WHAT YOU WILL DO: Each line below needs to be repeated precisely as it is.

┌────────

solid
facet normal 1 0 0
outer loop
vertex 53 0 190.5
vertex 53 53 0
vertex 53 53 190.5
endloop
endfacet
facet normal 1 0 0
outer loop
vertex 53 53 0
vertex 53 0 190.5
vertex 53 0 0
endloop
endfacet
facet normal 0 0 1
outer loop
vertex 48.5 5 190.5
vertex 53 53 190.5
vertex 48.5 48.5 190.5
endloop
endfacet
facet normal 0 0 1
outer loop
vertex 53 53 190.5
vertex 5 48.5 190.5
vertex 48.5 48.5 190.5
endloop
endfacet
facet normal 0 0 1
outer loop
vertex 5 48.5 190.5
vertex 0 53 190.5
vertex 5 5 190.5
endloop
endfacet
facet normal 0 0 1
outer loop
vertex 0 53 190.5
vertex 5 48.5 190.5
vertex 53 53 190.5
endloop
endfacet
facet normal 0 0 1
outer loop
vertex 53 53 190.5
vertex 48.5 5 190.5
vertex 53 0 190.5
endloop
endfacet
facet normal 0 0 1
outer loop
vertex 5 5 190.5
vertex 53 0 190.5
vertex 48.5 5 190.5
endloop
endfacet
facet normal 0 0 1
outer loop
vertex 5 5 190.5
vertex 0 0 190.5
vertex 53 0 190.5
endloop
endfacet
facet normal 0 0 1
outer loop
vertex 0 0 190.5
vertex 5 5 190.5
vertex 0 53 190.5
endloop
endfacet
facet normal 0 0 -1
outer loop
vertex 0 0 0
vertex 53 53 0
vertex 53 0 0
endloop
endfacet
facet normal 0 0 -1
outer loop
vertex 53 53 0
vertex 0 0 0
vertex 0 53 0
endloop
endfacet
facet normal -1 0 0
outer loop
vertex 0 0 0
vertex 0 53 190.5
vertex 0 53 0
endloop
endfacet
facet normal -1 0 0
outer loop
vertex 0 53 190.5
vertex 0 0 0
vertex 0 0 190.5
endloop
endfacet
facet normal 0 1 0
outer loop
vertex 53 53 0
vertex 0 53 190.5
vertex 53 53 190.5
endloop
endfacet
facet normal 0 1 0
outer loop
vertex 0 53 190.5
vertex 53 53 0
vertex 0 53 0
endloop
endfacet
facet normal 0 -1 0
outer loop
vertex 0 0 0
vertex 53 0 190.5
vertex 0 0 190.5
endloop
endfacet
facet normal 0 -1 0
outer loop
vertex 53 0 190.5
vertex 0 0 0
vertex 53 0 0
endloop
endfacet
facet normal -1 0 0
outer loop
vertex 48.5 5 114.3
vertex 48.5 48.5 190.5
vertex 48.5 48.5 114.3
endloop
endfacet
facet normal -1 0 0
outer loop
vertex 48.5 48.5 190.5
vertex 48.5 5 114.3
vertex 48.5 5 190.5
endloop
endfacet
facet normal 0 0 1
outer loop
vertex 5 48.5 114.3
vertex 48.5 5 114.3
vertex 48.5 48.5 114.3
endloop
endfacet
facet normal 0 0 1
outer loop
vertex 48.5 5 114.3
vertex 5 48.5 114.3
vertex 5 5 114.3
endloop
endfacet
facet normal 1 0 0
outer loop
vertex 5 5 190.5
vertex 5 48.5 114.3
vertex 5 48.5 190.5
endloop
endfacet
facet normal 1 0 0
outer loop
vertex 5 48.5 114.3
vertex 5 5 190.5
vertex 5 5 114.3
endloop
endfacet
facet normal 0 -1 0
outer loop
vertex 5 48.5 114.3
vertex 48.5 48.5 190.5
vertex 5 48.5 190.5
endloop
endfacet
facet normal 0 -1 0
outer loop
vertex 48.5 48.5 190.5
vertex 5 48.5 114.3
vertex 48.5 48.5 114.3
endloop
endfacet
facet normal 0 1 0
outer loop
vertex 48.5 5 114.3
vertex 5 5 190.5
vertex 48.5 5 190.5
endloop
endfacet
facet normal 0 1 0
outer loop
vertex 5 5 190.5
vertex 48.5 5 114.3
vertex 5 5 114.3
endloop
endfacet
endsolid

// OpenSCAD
leg_x = 43;
leg_y = 43;
extender_thickness = 10;
extender_overlap = 3 * 25.4;
extender_z = extender_overlap + (4.5 * 25.4);


echo(extender_z);

difference() {
    cube([leg_x + extender_thickness, leg_y + extender_thickness, extender_z]);
    translate([extender_thickness/2, extender_thickness/2, extender_z - extender_overlap]){
        color("red")
        cube([leg_x+.5, leg_y+.5, extender_z]);
    }
}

└────────

PROBLEM SOLUTION:
solid
facet normal 1 0 0
outer loop
vertex 53 0 190.5
vertex 53 53 0
vertex 53 53 190.5
endloop
endfacet
facet normal 1 0 0
outer loop
vertex 53 53 0
vertex 53 0 190.5
vertex 53 0 0
endloop
endfacet
facet normal 0 0 1
outer loop
vertex 48.5 5 190.5
vertex 53 53 190.5
vertex 48.5 48.5 190.5
endloop
endfacet
facet normal 0 0 1
outer loop
vertex 53 53 190.5
vertex 5 48.5 190.5
vertex 48.5 48.5 190.5
endloop
endfacet
facet normal 0 0 1
outer loop
vertex 5 48.5 190.5
vertex 0 53 190.5
vertex 5 5 190.5
endloop
endfacet
facet normal 0 0 1
outer loop
vertex 0 53 190.5
vertex 5 48.5 190.5
vertex 53 53 190.5
endloop
endfacet
facet normal 0 0 1
outer loop
vertex 53 53 190.5
vertex 48.5 5 190.5
vertex 53 0 190.5
endloop
endfacet
facet normal 0 0 1
outer loop
vertex 5 5 190.5
vertex 53 0 190.5
vertex 48.5 5 190.5
endloop
endfacet
facet normal 0 0 1
outer loop
vertex 5 5 190.5
vertex 0 0 190.5
vertex 53 0 190.5
endloop
endfacet
facet normal 0 0 1
outer loop
vertex 0 0 190.5
vertex 5 5 190.5
vertex 0 53 190.5
endloop
endfacet
facet normal 0 0 -1
outer loop
vertex 0 0 0
vertex 53 53 0
vertex 53 0 0
endloop
endfacet
facet normal 0 0 -1
outer loop
vertex 53 53 0
vertex 0 0 0
vertex 0 53 0
endloop
endfacet
facet normal -1 0 0
outer loop
vertex 0 0 0
vertex 0 53 190.5
vertex 0 53 0
endloop
endfacet
facet normal -1 0 0
outer loop
vertex 0 53 190.5
vertex 0 0 0
vertex 0 0 190.5
endloop
endfacet
facet normal 0 1 0
outer loop
vertex 53 53 0
vertex 0 53 190.5
vertex 53 53 190.5
endloop
endfacet
facet normal 0 1 0
outer loop
vertex 0 53 190.5
vertex 53 53 0
vertex 0 53 0
endloop
endfacet
facet normal 0 -1 0
outer loop
vertex 0 0 0
vertex 53 0 190.5
vertex 0 0 190.5
endloop
endfacet
facet normal 0 -1 0
outer loop
vertex 53 0 190.5
vertex 0 0 0
vertex 53 0 0
endloop
endfacet
facet normal -1 0 0
outer loop
vertex 48.5 5 114.3
vertex 48.5 48.5 190.5
vertex 48.5 48.5 114.3
endloop
endfacet
facet normal -1 0 0
outer loop
vertex 48.5 48.5 190.5
vertex 48.5 5 114.3
vertex 48.5 5 190.5
endloop
endfacet
facet normal 0 0 1
outer loop
vertex 5 48.5 114.3
vertex 48.5 5 114.3
vertex 48.5 48.5 114.3
endloop
endfacet
facet normal 0 0 1
outer loop
vertex 48.5 5 114.3
vertex 5 48.5 114.3
vertex 5 5 114.3
endloop
endfacet
facet normal 1 0 0
outer loop
vertex 5 5 190.5
vertex 5 48.5 114.3
vertex 5 48.5 190.5
endloop
endfacet
facet normal 1 0 0
outer loop
vertex 5 48.5 114.3
vertex 5 5 190.5
vertex 5 5 114.3
endloop
endfacet
facet normal 0 -1 0
outer loop
vertex 5 48.5 114.3
vertex 48.5 48.5 190.5
vertex 5 48.5 190.5
endloop
endfacet
facet normal 0 -1 0
outer loop
vertex 48.5 48.5 190.5
vertex 5 48.5 114.3
vertex 48.5 48.5 114.3
endloop
endfacet
facet normal 0 1 0
outer loop
vertex 48.5 5 114.3
vertex 5 5 190.5
vertex 48.5 5 190.5
endloop
endfacet
facet normal 0 1 0
outer loop
vertex 5 5 190.5
vertex 48.5 5 114.3
vertex 5 5 114.3
endloop
endfacet
endsolid

// OpenSCAD
leg_x = 43;
leg_y = 43;
extender_thickness = 10;
extender_overlap = 3 * 25.4;
extender_z = extender_overlap + (4.5 * 25.4);


echo(extender_z);

difference() {
    cube([leg_x + extender_thickness, leg_y + extender_thickness, extender_z]);
    translate([extender_thickness/2, extender_thickness/2, extender_z - extender_overlap]){
        color("red")
        cube([leg_x+.5, leg_y+.5, extender_z]);
    }
}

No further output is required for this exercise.